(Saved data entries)

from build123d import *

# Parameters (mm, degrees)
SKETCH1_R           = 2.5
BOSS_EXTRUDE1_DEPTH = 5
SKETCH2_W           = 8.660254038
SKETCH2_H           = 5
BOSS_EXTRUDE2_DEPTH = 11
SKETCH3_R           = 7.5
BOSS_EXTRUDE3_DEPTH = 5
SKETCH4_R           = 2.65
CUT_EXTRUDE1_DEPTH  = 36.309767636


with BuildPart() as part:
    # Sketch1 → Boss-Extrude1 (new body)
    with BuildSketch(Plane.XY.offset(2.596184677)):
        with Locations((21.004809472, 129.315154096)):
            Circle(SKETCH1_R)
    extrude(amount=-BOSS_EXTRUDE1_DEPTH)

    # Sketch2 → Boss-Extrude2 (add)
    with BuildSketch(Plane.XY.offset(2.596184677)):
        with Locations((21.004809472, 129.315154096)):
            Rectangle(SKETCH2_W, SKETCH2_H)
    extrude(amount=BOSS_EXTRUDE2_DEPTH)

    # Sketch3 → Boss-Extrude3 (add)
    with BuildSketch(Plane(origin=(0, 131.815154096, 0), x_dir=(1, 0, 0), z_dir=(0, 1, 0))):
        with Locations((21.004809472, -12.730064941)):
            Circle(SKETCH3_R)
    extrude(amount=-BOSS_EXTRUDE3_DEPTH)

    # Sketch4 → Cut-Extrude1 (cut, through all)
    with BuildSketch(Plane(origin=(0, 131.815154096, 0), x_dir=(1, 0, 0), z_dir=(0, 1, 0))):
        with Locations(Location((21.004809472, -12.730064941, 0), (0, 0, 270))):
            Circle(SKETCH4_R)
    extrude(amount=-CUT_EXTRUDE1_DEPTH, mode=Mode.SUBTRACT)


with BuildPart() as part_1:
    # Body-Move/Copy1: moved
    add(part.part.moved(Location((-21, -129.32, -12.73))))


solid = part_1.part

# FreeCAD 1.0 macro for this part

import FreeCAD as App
import Part
import Sketcher
from FreeCAD import Vector
Q = App.Units.Quantity


def add_polygon(sketch, points):
    """Adds a closed chain of lines whose ends are joined by coincident constraints."""
    first, n = sketch.GeometryCount, len(points)
    for a, b in zip(points, points[1:] + points[:1]):
        sketch.addGeometry(Part.LineSegment(App.Vector(*a, 0), App.Vector(*b, 0)), False)
    for i in range(n):
        sketch.addConstraint(Sketcher.Constraint("Coincident", first + i, 2, first + (i + 1) % n, 1))

doc = App.newDocument("Part")
body = doc.addObject("PartDesign::Body", "Body")

# Sketch on XY plane
sketch1 = body.newObject("Sketcher::SketchObject", "Sketch")
sketch1.AttachmentSupport = (doc.getObject("XY_Plane"), [""])
sketch1.MapMode = "FlatFace"
sketch1.AttachmentOffset = App.Placement(Vector(0, 0, 2.596185), App.Rotation())
sketch1.addGeometry(Part.Circle(Vector(21, 129.3, 0), Vector(0, 0, 1), 2.5), False)
sketch1.addConstraint([
    Sketcher.Constraint("Diameter", 0, Q("5 mm")),
    Sketcher.Constraint("DistanceX", -1, 1, 0, 3, Q("21.004809 mm")),
    Sketcher.Constraint("DistanceY", -1, 1, 0, 3, Q("129.315154 mm")),
])
pad1 = body.newObject("PartDesign::Pad", "Pad")
pad1.Profile = sketch1
pad1.Length = 5
pad1.Reversed = True

# Sketch on XY plane
sketch2 = body.newObject("Sketcher::SketchObject", "Sketch001")
sketch2.AttachmentSupport = (doc.getObject("XY_Plane"), [""])
sketch2.MapMode = "FlatFace"
sketch2.AttachmentOffset = App.Placement(Vector(0, 0, 2.596185), App.Rotation())
add_polygon(sketch2, [(16.7, 131.8), (16.7, 126.8), (25.3, 126.8), (25.3, 131.8)])  # lines 0-3
sketch2.addConstraint([
    Sketcher.Constraint("Vertical", 0),
    Sketcher.Constraint("Horizontal", 1),
    Sketcher.Constraint("Vertical", 2),
    Sketcher.Constraint("Horizontal", 3),
    Sketcher.Constraint("DistanceY", 0, 2, 0, 1, Q("5 mm")),
    Sketcher.Constraint("DistanceX", 1, 1, 1, 2, Q("8.660254 mm")),
    Sketcher.Constraint("DistanceX", -1, 1, 0, 2, Q("16.674682 mm")),
    Sketcher.Constraint("DistanceY", -1, 1, 0, 2, Q("126.815154 mm")),
])
pad2 = body.newObject("PartDesign::Pad", "Pad001")
pad2.Profile = sketch2
pad2.Length = 11

# Sketch on XZ plane
sketch3 = body.newObject("Sketcher::SketchObject", "Sketch002")
sketch3.AttachmentSupport = (doc.getObject("XZ_Plane"), [""])
sketch3.MapMode = "FlatFace"
sketch3.AttachmentOffset = App.Placement(Vector(0, 0, -131.815154), App.Rotation())
sketch3.addGeometry(Part.Circle(Vector(21, 13, 0), Vector(0, 0, 1), 8), False)
sketch3.addConstraint([
    Sketcher.Constraint("Diameter", 0, Q("15 mm")),
    Sketcher.Constraint("DistanceX", -1, 1, 0, 3, Q("21.004809 mm")),
    Sketcher.Constraint("DistanceY", -1, 1, 0, 3, Q("12.730065 mm")),
])
pad3 = body.newObject("PartDesign::Pad", "Pad002")
pad3.Profile = sketch3
pad3.Length = 5

# Sketch on XZ plane
sketch4 = body.newObject("Sketcher::SketchObject", "Sketch003")
sketch4.AttachmentSupport = (doc.getObject("XZ_Plane"), [""])
sketch4.MapMode = "FlatFace"
sketch4.AttachmentOffset = App.Placement(Vector(0, 0, -131.815154), App.Rotation())
sketch4.addGeometry(Part.Circle(Vector(21, 12.7, 0), Vector(0, 0, 1), 2.6), False)
sketch4.addConstraint([
    Sketcher.Constraint("Diameter", 0, Q("5.3 mm")),
    Sketcher.Constraint("DistanceX", -1, 1, 0, 3, Q("21.004809 mm")),
    Sketcher.Constraint("DistanceY", -1, 1, 0, 3, Q("12.730065 mm")),
])
pocket1 = body.newObject("PartDesign::Pocket", "Pocket")
pocket1.Profile = sketch4
pocket1.Type = "ThroughAll"
pocket1.Reversed = True
body2 = doc.addObject("PartDesign::Body", "Body001")
doc.recompute()

body.Placement = App.Placement(Vector(-21, -129.32, -12.73), App.Rotation(Vector(0, 0, 1), 0))
boolean = body2.newObject("PartDesign::Boolean", "Boolean")
boolean.Type = "Fuse"
boolean.addObjects([body])

doc.recompute()
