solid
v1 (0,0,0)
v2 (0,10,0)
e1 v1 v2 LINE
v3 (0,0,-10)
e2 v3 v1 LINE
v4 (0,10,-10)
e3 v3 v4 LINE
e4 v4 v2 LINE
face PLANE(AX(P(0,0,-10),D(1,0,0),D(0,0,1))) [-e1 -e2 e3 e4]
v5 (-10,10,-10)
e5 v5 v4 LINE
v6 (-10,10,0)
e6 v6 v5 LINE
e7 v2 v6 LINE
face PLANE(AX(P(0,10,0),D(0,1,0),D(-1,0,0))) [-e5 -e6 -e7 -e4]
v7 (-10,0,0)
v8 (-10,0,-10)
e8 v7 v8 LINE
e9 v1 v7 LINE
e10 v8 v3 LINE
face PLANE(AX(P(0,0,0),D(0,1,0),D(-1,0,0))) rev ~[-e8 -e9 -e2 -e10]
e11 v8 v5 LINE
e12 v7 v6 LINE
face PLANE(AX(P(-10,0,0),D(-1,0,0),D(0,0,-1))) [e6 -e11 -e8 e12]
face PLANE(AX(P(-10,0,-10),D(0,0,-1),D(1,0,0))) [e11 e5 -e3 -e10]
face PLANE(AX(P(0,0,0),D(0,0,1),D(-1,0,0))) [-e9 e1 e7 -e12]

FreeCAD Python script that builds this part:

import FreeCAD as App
import Part
import Sketcher
Q = App.Units.Quantity


def add_polygon(sketch, points):
    """Adds a closed chain of lines whose ends are joined by coincident constraints."""
    first, n = sketch.GeometryCount, len(points)
    for a, b in zip(points, points[1:] + points[:1]):
        sketch.addGeometry(Part.LineSegment(App.Vector(*a, 0), App.Vector(*b, 0)), False)
    for i in range(n):
        sketch.addConstraint(Sketcher.Constraint("Coincident", first + i, 2, first + (i + 1) % n, 1))

doc = App.newDocument("Part")
body = doc.addObject("PartDesign::Body", "Body")

# Sketch on XZ plane
sketch1 = body.newObject("Sketcher::SketchObject", "Sketch")
sketch1.AttachmentSupport = (doc.getObject("XZ_Plane"), [""])
sketch1.MapMode = "FlatFace"
add_polygon(sketch1, [(-10, 0), (0, 0), (0, -10), (-10, -10)])  # lines 0-3
sketch1.addConstraint([
    Sketcher.Constraint("Horizontal", 0),
    Sketcher.Constraint("Vertical", 1),
    Sketcher.Constraint("Horizontal", 2),
    Sketcher.Constraint("Vertical", 3),
    Sketcher.Constraint("Coincident", 0, 2, -1, 1),
    Sketcher.Constraint("Equal", 2, 1),
    Sketcher.Constraint("DistanceX", 0, 1, 0, 2, Q("10 mm")),
])
pad1 = body.newObject("PartDesign::Pad", "Pad")
pad1.Profile = sketch1
pad1.Length = 10
pad1.Reversed = True

doc.recompute()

- **Work item**
Gather and copy every line of the data in which the string "Locations" is found.

- **Completed task**
        with Locations((21.004809472, 129.315154096)):
        with Locations((21.004809472, 129.315154096)):
        with Locations((21.004809472, -12.730064941)):
        with Locations(Location((21.004809472, -12.730064941, 0), (0, 0, 270))):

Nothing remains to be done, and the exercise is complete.